Blue Labour Returns

Of all the half-baked ideologies the opposition has flirted with over the last five years, none is more repellent than Blue Labour. Yet like a particularly stubborn brain-chewer from The Walking Dead, it shambles onwards in the face of every adversity, gobbling up column inches and spawning forth platitude after platitude- hectoring, moralising, criticising, sniping, compromising and equivocating.

Most recently it has found a fresh identity in ‘New-Blue’, and won new advocates among a number of rising stars in the party, including Liz Kendall and Stephen Reed, whose joint pamphlet- Let It Go (see what they did there?)- marries a practical New Labour call for public service reform with the hopey-changey rhetoric of Blue Labour.

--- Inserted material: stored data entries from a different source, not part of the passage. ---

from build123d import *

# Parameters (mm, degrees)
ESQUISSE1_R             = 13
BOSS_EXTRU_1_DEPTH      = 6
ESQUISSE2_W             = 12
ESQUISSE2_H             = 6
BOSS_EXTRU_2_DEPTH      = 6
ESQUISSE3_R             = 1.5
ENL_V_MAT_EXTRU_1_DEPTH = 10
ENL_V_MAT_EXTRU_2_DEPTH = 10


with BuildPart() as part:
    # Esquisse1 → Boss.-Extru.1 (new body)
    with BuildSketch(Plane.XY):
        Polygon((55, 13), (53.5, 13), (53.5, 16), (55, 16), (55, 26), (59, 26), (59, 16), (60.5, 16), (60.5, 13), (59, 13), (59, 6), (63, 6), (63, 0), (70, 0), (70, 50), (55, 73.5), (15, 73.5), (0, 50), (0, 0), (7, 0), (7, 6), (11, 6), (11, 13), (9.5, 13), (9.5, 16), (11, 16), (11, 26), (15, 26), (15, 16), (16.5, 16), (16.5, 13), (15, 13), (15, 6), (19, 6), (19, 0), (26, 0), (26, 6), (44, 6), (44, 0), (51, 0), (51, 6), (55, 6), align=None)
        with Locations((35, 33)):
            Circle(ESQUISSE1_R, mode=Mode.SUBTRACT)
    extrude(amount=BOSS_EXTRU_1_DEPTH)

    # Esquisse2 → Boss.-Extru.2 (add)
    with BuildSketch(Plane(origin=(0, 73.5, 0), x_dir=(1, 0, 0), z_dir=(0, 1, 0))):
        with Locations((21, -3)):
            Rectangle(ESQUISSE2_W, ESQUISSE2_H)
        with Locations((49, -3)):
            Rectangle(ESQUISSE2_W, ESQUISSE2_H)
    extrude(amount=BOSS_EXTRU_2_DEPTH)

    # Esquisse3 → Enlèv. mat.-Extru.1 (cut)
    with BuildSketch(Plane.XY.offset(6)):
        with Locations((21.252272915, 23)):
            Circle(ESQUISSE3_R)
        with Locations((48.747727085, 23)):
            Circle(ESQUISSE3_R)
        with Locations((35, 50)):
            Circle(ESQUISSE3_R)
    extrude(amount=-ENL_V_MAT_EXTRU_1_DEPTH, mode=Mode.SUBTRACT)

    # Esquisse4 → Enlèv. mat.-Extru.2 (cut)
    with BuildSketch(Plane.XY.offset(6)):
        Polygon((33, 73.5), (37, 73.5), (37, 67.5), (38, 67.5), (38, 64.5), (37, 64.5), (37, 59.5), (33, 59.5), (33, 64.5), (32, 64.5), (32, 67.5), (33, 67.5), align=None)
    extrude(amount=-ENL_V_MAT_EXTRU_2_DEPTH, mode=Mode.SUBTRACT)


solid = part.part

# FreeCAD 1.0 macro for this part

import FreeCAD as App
import Part
import Sketcher
from FreeCAD import Vector

doc = App.newDocument("Part")
body = doc.addObject("PartDesign::Body", "Body")

# Sketch on XY plane
sketch1 = body.newObject("Sketcher::SketchObject", "Sketch")
sketch1.AttachmentSupport = (doc.getObject("XY_Plane"), [""])
sketch1.MapMode = "FlatFace"
sketch1.addGeometry([
    Part.LineSegment(Vector(55, 13, 0), Vector(53.5, 13, 0)),  # 0
    Part.LineSegment(Vector(53.5, 13, 0), Vector(53.5, 16, 0)),  # 1
    Part.LineSegment(Vector(53.5, 16, 0), Vector(55, 16, 0)),  # 2
    Part.LineSegment(Vector(55, 16, 0), Vector(55, 26, 0)),  # 3
    Part.LineSegment(Vector(55, 26, 0), Vector(59, 26, 0)),  # 4
    Part.LineSegment(Vector(59, 26, 0), Vector(59, 16, 0)),  # 5
    Part.LineSegment(Vector(59, 16, 0), Vector(60.5, 16, 0)),  # 6
    Part.LineSegment(Vector(60.5, 16, 0), Vector(60.5, 13, 0)),  # 7
    Part.LineSegment(Vector(60.5, 13, 0), Vector(59, 13, 0)),  # 8
    Part.LineSegment(Vector(59, 13, 0), Vector(59, 6, 0)),  # 9
    Part.LineSegment(Vector(59, 6, 0), Vector(63, 6, 0)),  # 10
    Part.LineSegment(Vector(63, 6, 0), Vector(63, 0, 0)),  # 11
    Part.LineSegment(Vector(63, 0, 0), Vector(70, 0, 0)),  # 12
    Part.LineSegment(Vector(70, 0, 0), Vector(70, 50, 0)),  # 13
    Part.LineSegment(Vector(70, 50, 0), Vector(55, 73.5, 0)),  # 14
    Part.LineSegment(Vector(55, 73.5, 0), Vector(15, 73.5, 0)),  # 15
    Part.LineSegment(Vector(15, 73.5, 0), Vector(0, 50, 0)),  # 16
    Part.LineSegment(Vector(0, 50, 0), Vector(0, 0, 0)),  # 17
    Part.LineSegment(Vector(0, 0, 0), Vector(7, 0, 0)),  # 18
    Part.LineSegment(Vector(7, 0, 0), Vector(7, 6, 0)),  # 19
    Part.LineSegment(Vector(7, 6, 0), Vector(11, 6, 0)),  # 20
    Part.LineSegment(Vector(11, 6, 0), Vector(11, 13, 0)),  # 21
    Part.LineSegment(Vector(11, 13, 0), Vector(9.5, 13, 0)),  # 22
    Part.LineSegment(Vector(9.5, 13, 0), Vector(9.5, 16, 0)),  # 23
    Part.LineSegment(Vector(9.5, 16, 0), Vector(11, 16, 0)),  # 24
    Part.LineSegment(Vector(11, 16, 0), Vector(11, 26, 0)),  # 25
    Part.LineSegment(Vector(11, 26, 0), Vector(15, 26, 0)),  # 26
    Part.LineSegment(Vector(15, 26, 0), Vector(15, 16, 0)),  # 27
    Part.LineSegment(Vector(15, 16, 0), Vector(16.5, 16, 0)),  # 28
    Part.LineSegment(Vector(16.5, 16, 0), Vector(16.5, 13, 0)),  # 29
    Part.LineSegment(Vector(16.5, 13, 0), Vector(15, 13, 0)),  # 30
    Part.LineSegment(Vector(15, 13, 0), Vector(15, 6, 0)),  # 31
    Part.LineSegment(Vector(15, 6, 0), Vector(19, 6, 0)),  # 32
    Part.LineSegment(Vector(19, 6, 0), Vector(19, 0, 0)),  # 33
    Part.LineSegment(Vector(19, 0, 0), Vector(26, 0, 0)),  # 34
    Part.LineSegment(Vector(26, 0, 0), Vector(26, 6, 0)),  # 35
    Part.LineSegment(Vector(26, 6, 0), Vector(44, 6, 0)),  # 36
    Part.LineSegment(Vector(44, 6, 0), Vector(44, 0, 0)),  # 37
    Part.LineSegment(Vector(44, 0, 0), Vector(51, 0, 0)),  # 38
    Part.LineSegment(Vector(51, 0, 0), Vector(51, 6, 0)),  # 39
    Part.LineSegment(Vector(51, 6, 0), Vector(55, 6, 0)),  # 40
    Part.LineSegment(Vector(55, 6, 0), Vector(55, 13, 0)),  # 41
    Part.Circle(Vector(35, 33, 0), Vector(0, 0, 1), 13),  # 42
], False)
sketch1.addConstraint([
    Sketcher.Constraint("Coincident", 0, 2, 1, 1),
    Sketcher.Constraint("Coincident", 1, 2, 2, 1),
    Sketcher.Constraint("Coincident", 2, 2, 3, 1),
    Sketcher.Constraint("Coincident", 3, 2, 4, 1),
    Sketcher.Constraint("Coincident", 4, 2, 5, 1),
    Sketcher.Constraint("Coincident", 5, 2, 6, 1),
    Sketcher.Constraint("Coincident", 6, 2, 7, 1),
    Sketcher.Constraint("Coincident", 7, 2, 8, 1),
    Sketcher.Constraint("Coincident", 8, 2, 9, 1),
    Sketcher.Constraint("Coincident", 9, 2, 10, 1),
    Sketcher.Constraint("Coincident", 10, 2, 11, 1),
    Sketcher.Constraint("Coincident", 11, 2, 12, 1),
    Sketcher.Constraint("Coincident", 12, 2, 13, 1),
    Sketcher.Constraint("Coincident", 13, 2, 14, 1),
    Sketcher.Constraint("Coincident", 14, 2, 15, 1),
    Sketcher.Constraint("Coincident", 15, 2, 16, 1),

I first encountered Blue Labour in Rowenna Davis’ opus Tangled up in Blue, which four years on from its publication in 2011 remains the definitive guide to the movement. Now I happen to believe Rowenna is one of the most engaging and genuine parliamentary candidates we have (go and meet her on a campaign day in Southampton Itchen, if you don’t believe me), but her analysis of Blue Labour reveals a movement riven with contradictions. Worse, it dictates an electoral strategy destined to lose Labour the support of its most passionate activists without winning enough new voters to turn the tide on the Tories.

In short, Blue Labour rests on the assumption that the party’s lost 4.5 million working-class voters can be won over by appealing to certain conservative values, such as faith, family, flag, community, responsibility and belonging. Though I applaud the ambition of parking Labour’s tanks on the Conservatives’ lawn, the strategy can only lead to defeat. When Blue Labour first emerged the Conservatives were still trying to shed their nasty party image, obligingly vacating the ground it wanted to occupy. As for UKIP, it was far from the force it is today, registering a vote share between 3 and 4%.

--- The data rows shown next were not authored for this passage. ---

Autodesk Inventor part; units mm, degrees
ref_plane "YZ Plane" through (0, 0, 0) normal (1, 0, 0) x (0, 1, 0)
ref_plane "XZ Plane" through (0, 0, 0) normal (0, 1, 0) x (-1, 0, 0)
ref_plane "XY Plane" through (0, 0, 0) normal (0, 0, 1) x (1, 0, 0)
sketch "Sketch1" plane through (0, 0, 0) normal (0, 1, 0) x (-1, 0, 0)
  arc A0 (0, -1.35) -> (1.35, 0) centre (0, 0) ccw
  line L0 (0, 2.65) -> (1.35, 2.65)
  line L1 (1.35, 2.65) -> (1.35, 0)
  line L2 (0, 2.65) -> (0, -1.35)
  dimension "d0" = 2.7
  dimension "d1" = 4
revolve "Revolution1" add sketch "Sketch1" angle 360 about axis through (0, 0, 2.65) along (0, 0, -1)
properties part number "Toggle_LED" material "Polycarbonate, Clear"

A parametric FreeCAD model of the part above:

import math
import FreeCAD as App
import Part
import Sketcher
from FreeCAD import Vector
Q = App.Units.Quantity

doc = App.newDocument("Part")
body = doc.addObject("PartDesign::Body", "Body")

# Sketch on XZ plane
sketch1 = body.newObject("Sketcher::SketchObject", "Sketch")
sketch1.AttachmentSupport = (doc.getObject("XZ_Plane"), [""])
sketch1.MapMode = "FlatFace"
sketch1.addGeometry(Part.LineSegment(Vector(0, 2.6, 0), Vector(0, -1.4, 0)), False)
sketch1.addGeometry(Part.ArcOfCircle(Part.Circle(Vector(0, 0, 0), Vector(0, 0, 1), 1.4), math.radians(180), math.radians(270)), False)
sketch1.addGeometry(Part.LineSegment(Vector(-1.4, 0, 0), Vector(-1.4, 2.6, 0)), False)
sketch1.addGeometry(Part.LineSegment(Vector(-1.4, 2.6, 0), Vector(0, 2.6, 0)), False)
sketch1.addConstraint(Sketcher.Constraint("Coincident", 0, 2, 1, 2))
sketch1.addConstraint(Sketcher.Constraint("Tangent", 1, 1, 2, 1))
sketch1.addConstraint(Sketcher.Constraint("Coincident", 2, 2, 3, 1))
sketch1.addConstraint(Sketcher.Constraint("Coincident", 3, 2, 0, 1))
sketch1.addConstraint(Sketcher.Constraint("Vertical", 0))
sketch1.addConstraint(Sketcher.Constraint("Vertical", 2))
sketch1.addConstraint(Sketcher.Constraint("Horizontal", 3))
sketch1.addConstraint(Sketcher.Constraint("Coincident", 1, 3, -1, 1))
sketch1.addConstraint(Sketcher.Constraint("PointOnObject", 0, 2, -2))
sketch1.addConstraint(Sketcher.Constraint("DistanceY", 0, 2, 0, 1, Q("4 mm")))
sketch1.addConstraint(Sketcher.Constraint("Radius", 1, Q("1.35 mm")))
revolution = body.newObject("PartDesign::Revolution", "Revolution")
revolution.Profile = sketch1
revolution.ReferenceAxis = (sketch1, ["V_Axis"])
revolution.Angle = 360

doc.recompute()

Now the Tories are duking it out with UKIP to reclaim the mantle of Britain’s true conservatives. This leaves precious little room for Blue Labour to make an impact or to win vote share. After all, Labour cannot trump UKIP among those voters who fear immigration. Nor can it trump the Tories among old-school patriots who blame Labour for ‘sending the country to the dogs’. The ‘community’ and ‘belonging’ strands of the Blue Labour philosophy, meanwhile, have heretofore been expressed through pledges on devolution. Yet even here Labour will struggle to compete with the rejuvenated nationalist parties in Wales and Scotland.

In trying to, though, Blue Labour leaves activists fumbling the party’s message on the doorstep. “Labour will be tough on immigration,” they say. “Oh yeah? How? Are you going to close the borders like UKIP?” comes the reply. “We want to build a community here, not just win votes”; “Then why do I only see you come election time?” Doorstep campaigners are wrong-footed without the compensation of winning new votes. I want a Labour government supportive of immigration, not committed to red lines. A Labour government open to Europe, not making anxious noises over hard-earned rights. A Labour government that will use the state to protect the vulnerable and create a more equal society, not abdicate this responsibility by devolving all meaningful decisions downwards. That’s the future Labour government I want to be canvassing for.

And it’s in this tension that the contradictions of Blue Labour are laid bare. The goal of the movement is to bring about “progressive conservatism”, yet we cannot appeal to UKIP voters and Green voters using the same strategy. We are progressives or we are conservatives. We cannot be both.

It’s time for Labour to choose who it is fighting for and who it wants to represent.